The use of our search engine is straightforward. There are two main parts--the indexer and querier--although most users will probably only interact with the querier.
-
Indexer: First make sure you have three plain text files: titles.txt, words.txt, and docs.txt. You should also have a corpus stored in an XML file. To use the indexer, run the "main" method in the Indexing object within the Indexer file. The arguments to main, all in absolute filepath form, should be in the following order: the corpus file, titles.txt, words.txt, and docs.txt. Indexing will fill the three text files with the information needed to run queries.
-
Querier: To run querier, run the main method in Query object within the QueryStencil file. The arguments should be in the following order:
--pagerank
, followed by the absolute paths to titles.txt, docs.txt, and words.txt.--pagerank
should only be included if you want the querier to consider the rank of the corpus pages. The query should result in up to 10 results, a list of pages in order of relevance to the query.
Our program consists of two separate parts: the indexer and querier. The indexer is run before any queries, and extracts information from the corpus to make querying faster and more effective.
-
Indexer: The indexer removes stop words and stems all remaining words to ensure that only relevant terms are left over for the querier. The indexer then writes to three text files: titles.txt, words.txt, and docs.txt.
Titles.txt contains a list of the ids of all pages in the corpus with the corresponding titles. Words.txt contains all words found in the corpus, with the number of times each word appears in each document. Docs.txt contains the maximum word count of each page as well as the page's rank.
-
Querier: The querier reads from the three text files and records their data in several hashmaps. The querier takes in a string from the user, and splits it into separate terms, removing stop words and stemming. It then computes the relevance of each page in the corpus to each term in the query, using an algorithm based on the number of times each term appears in each page. It then combines this relevance score with each page's rank to compute its overall score.

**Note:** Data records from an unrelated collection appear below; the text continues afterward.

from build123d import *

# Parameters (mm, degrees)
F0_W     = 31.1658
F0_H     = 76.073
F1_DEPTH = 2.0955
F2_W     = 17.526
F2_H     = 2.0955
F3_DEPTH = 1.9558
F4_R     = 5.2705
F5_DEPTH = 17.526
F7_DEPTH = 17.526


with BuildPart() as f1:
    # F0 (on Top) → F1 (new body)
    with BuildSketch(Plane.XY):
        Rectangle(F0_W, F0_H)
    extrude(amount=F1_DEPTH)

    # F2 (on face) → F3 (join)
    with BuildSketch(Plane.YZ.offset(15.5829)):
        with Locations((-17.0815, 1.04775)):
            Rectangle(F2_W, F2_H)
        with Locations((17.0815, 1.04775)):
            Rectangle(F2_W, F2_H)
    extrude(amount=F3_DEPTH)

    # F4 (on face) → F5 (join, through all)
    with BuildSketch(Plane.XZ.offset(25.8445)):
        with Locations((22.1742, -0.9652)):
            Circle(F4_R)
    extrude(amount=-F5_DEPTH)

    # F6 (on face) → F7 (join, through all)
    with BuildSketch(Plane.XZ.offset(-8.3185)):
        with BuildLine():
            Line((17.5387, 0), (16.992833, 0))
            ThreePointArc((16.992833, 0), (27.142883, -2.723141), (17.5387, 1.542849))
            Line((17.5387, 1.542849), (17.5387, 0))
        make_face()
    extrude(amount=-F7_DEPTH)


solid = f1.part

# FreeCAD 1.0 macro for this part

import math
import FreeCAD as App
import Part
import Sketcher
from FreeCAD import Vector
Q = App.Units.Quantity


def add_polygon(sketch, points):
    """Adds a closed chain of lines whose ends are joined by coincident constraints."""
    first, n = sketch.GeometryCount, len(points)
    for a, b in zip(points, points[1:] + points[:1]):
        sketch.addGeometry(Part.LineSegment(App.Vector(*a, 0), App.Vector(*b, 0)), False)
    for i in range(n):
        sketch.addConstraint(Sketcher.Constraint("Coincident", first + i, 2, first + (i + 1) % n, 1))

doc = App.newDocument("Part")
body = doc.addObject("PartDesign::Body", "Body")

# Sketch on XY plane
sketch1 = body.newObject("Sketcher::SketchObject", "Sketch")
sketch1.AttachmentSupport = (doc.getObject("XY_Plane"), [""])
sketch1.MapMode = "FlatFace"
add_polygon(sketch1, [(-16, 38), (-16, -38), (16, -38), (16, 38)])  # lines 0-3
sketch1.addConstraint(Sketcher.Constraint("Vertical", 0))
sketch1.addConstraint(Sketcher.Constraint("Horizontal", 1))
sketch1.addConstraint(Sketcher.Constraint("Vertical", 2))
sketch1.addConstraint(Sketcher.Constraint("Horizontal", 3))
sketch1.addConstraint(Sketcher.Constraint("Symmetric", 0, 2, 2, 2, -1, 1))
sketch1.addConstraint(Sketcher.Constraint("DistanceX", 1, 1, 1, 2, Q("1.227 in")))
sketch1.addConstraint(Sketcher.Constraint("DistanceY", 0, 2, 0, 1, Q("2.995 in")))
pad1 = body.newObject("PartDesign::Pad", "Pad")
pad1.Profile = sketch1
pad1.Length = Q("0.0825 in")

# Sketch on YZ plane
sketch2 = body.newObject("Sketcher::SketchObject", "Sketch001")
sketch2.AttachmentSupport = (doc.getObject("YZ_Plane"), [""])
sketch2.MapMode = "FlatFace"
sketch2.AttachmentOffset = App.Placement(Vector(0, 0, 0.6135 * 25.4), App.Rotation())
add_polygon(sketch2, [(-25.8, 2.1), (-25.8, 0), (-8.3, 0), (-8.3, 2.1)])  # lines 0-3
add_polygon(sketch2, [(8.3, 2.1), (8.3, 0), (25.8, 0), (25.8, 2.1)])  # lines 4-7
sketch2.addConstraint(Sketcher.Constraint("Vertical", 0))
sketch2.addConstraint(Sketcher.Constraint("Horizontal", 1))
sketch2.addConstraint(Sketcher.Constraint("Vertical", 2))
sketch2.addConstraint(Sketcher.Constraint("Horizontal", 3))
sketch2.addConstraint(Sketcher.Constraint("Vertical", 4))
sketch2.addConstraint(Sketcher.Constraint("Horizontal", 5))
sketch2.addConstraint(Sketcher.Constraint("Vertical", 6))
sketch2.addConstraint(Sketcher.Constraint("Horizontal", 7))
sketch2.addConstraint(Sketcher.Constraint("Symmetric", 1, 2, 4, 2, -1, 1))
sketch2.addConstraint(Sketcher.Constraint("Symmetric", 0, 2, 5, 2, -2))
sketch2.addConstraint(Sketcher.Constraint("Horizontal", 3, 2, 6, 2))
sketch2.addConstraint(Sketcher.Constraint("DistanceX", 1, 1, 1, 2, Q("0.69 in")))
sketch2.addConstraint(Sketcher.Constraint("DistanceY", 0, 2, 0, 1, Q("0.0825 in")))
sketch2.addConstraint(Sketcher.Constraint("DistanceX", 1, 2, 4, 2, Q("0.655 in")))
pad2 = body.newObject("PartDesign::Pad", "Pad001")
pad2.Profile = sketch2
pad2.Length = Q("0.077 in")

# Sketch on XZ plane
sketch3 = body.newObject("Sketcher::SketchObject", "Sketch002")
sketch3.AttachmentSupport = (doc.getObject("XZ_Plane"), [""])
sketch3.MapMode = "FlatFace"
sketch3.AttachmentOffset = App.Placement(Vector(0, 0, 1.0175 * 25.4), App.Rotation())
sketch3.addGeometry(Part.Circle(Vector(22, -1, 0), Vector(0, 0, 1), 5), False)
sketch3.addConstraint(Sketcher.Constraint("Diameter", 0, Q("0.415 in")))
sketch3.addConstraint(Sketcher.Constraint("DistanceX", -1, 1, 0, 3, Q("0.873 in")))
sketch3.addConstraint(Sketcher.Constraint("DistanceY", 0, 3, -1, 1, Q("0.038 in")))
pad3 = body.newObject("PartDesign::Pad", "Pad002")
pad3.Profile = sketch3
pad3.Length = Q("0.69 in")
pad3.Reversed = True

# Sketch on XZ plane
sketch4 = body.newObject("Sketcher::SketchObject", "Sketch003")
sketch4.AttachmentSupport = (doc.getObject("XZ_Plane"), [""])
sketch4.MapMode = "FlatFace"
sketch4.AttachmentOffset = App.Placement(Vector(0, 0, -0.3275 * 25.4), App.Rotation())
sketch4.addGeometry(Part.LineSegment(Vector(17.5, 0, 0), Vector(17, 0, 0)), False)
sketch4.addGeometry(Part.ArcOfCircle(Part.Circle(Vector(22.2, -1, 0), Vector(0, 0, 1), 5.3), math.radians(169), math.radians(512)), False)
sketch4.addGeometry(Part.LineSegment(Vector(17.5, 1.5, 0), Vector(17.5, 0, 0)), False)
sketch4.addConstraint(Sketcher.Constraint("Coincident", 0, 2, 1, 1))
sketch4.addConstraint(Sketcher.Constraint("Coincident", 1, 2, 2, 1))
sketch4.addConstraint(Sketcher.Constraint("Coincident", 2, 2, 0, 1))
sketch4.addConstraint(Sketcher.Constraint("Horizontal", 0))
sketch4.addConstraint(Sketcher.Constraint("Vertical", 2))
sketch4.addConstraint(Sketcher.Constraint("PointOnObject", 0, 2, -1))
sketch4.addConstraint(Sketcher.Constraint("Radius", 1, Q("0.2075 in")))
sketch4.addConstraint(Sketcher.Constraint("DistanceX", -1, 1, 1, 3, Q("0.873 in")))
sketch4.addConstraint(Sketcher.Constraint("DistanceY", 1, 3, -1, 1, Q("0.0380001 in")))
sketch4.addConstraint(Sketcher.Constraint("DistanceX", -1, 1, 1, 2, Q("0.6905 in")))
pad4 = body.newObject("PartDesign::Pad", "Pad003")
pad4.Profile = sketch4
pad4.Length = Q("0.69 in")
pad4.Reversed = True

doc.recompute()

The querier records each page's overall score in a hashmap and prints a list of the top ten scoring pages to the user. If there are fewer than 10 relevant pages, the querier prints fewer. If there are none, the querier prints "No results, sorry!"
The only "bug" we know of is that that our Indexer does not process BigWiki in under 1 gigabyte of space(we think, we're not entirely certain if we allocated our Indexer enough space). No additional features.
To test our program, we created several artifical wiki files.
-
PageRankWiki: this file is in the src folder, and we ran the Indexer on this file to test if pageRank worked correctly, assigning document 100 a high score and the rest very small scores.
-
Test1Wiki: this file also tested pageRank. It is just three docs which all link to each other (cyclically), and as a result they all have essentially the same score
-
Test2Wiki: this file tested our relevance scoring in the Querier. After indexing this file, and searching the query "jazz", the results should be "most", "second most", "third most", least.
-
Test3Wiki: The same as PageRankWiki, but in this case 7 links to itself many times. This should not change a thing in the calculation of ranks, and it doesn't.
-
Test4Wiki: this file tested our handling of the words in links. It has the same words as Test2Wiki, but some of them are in pipe links, and some in normal links. This does not change the relevance scoring.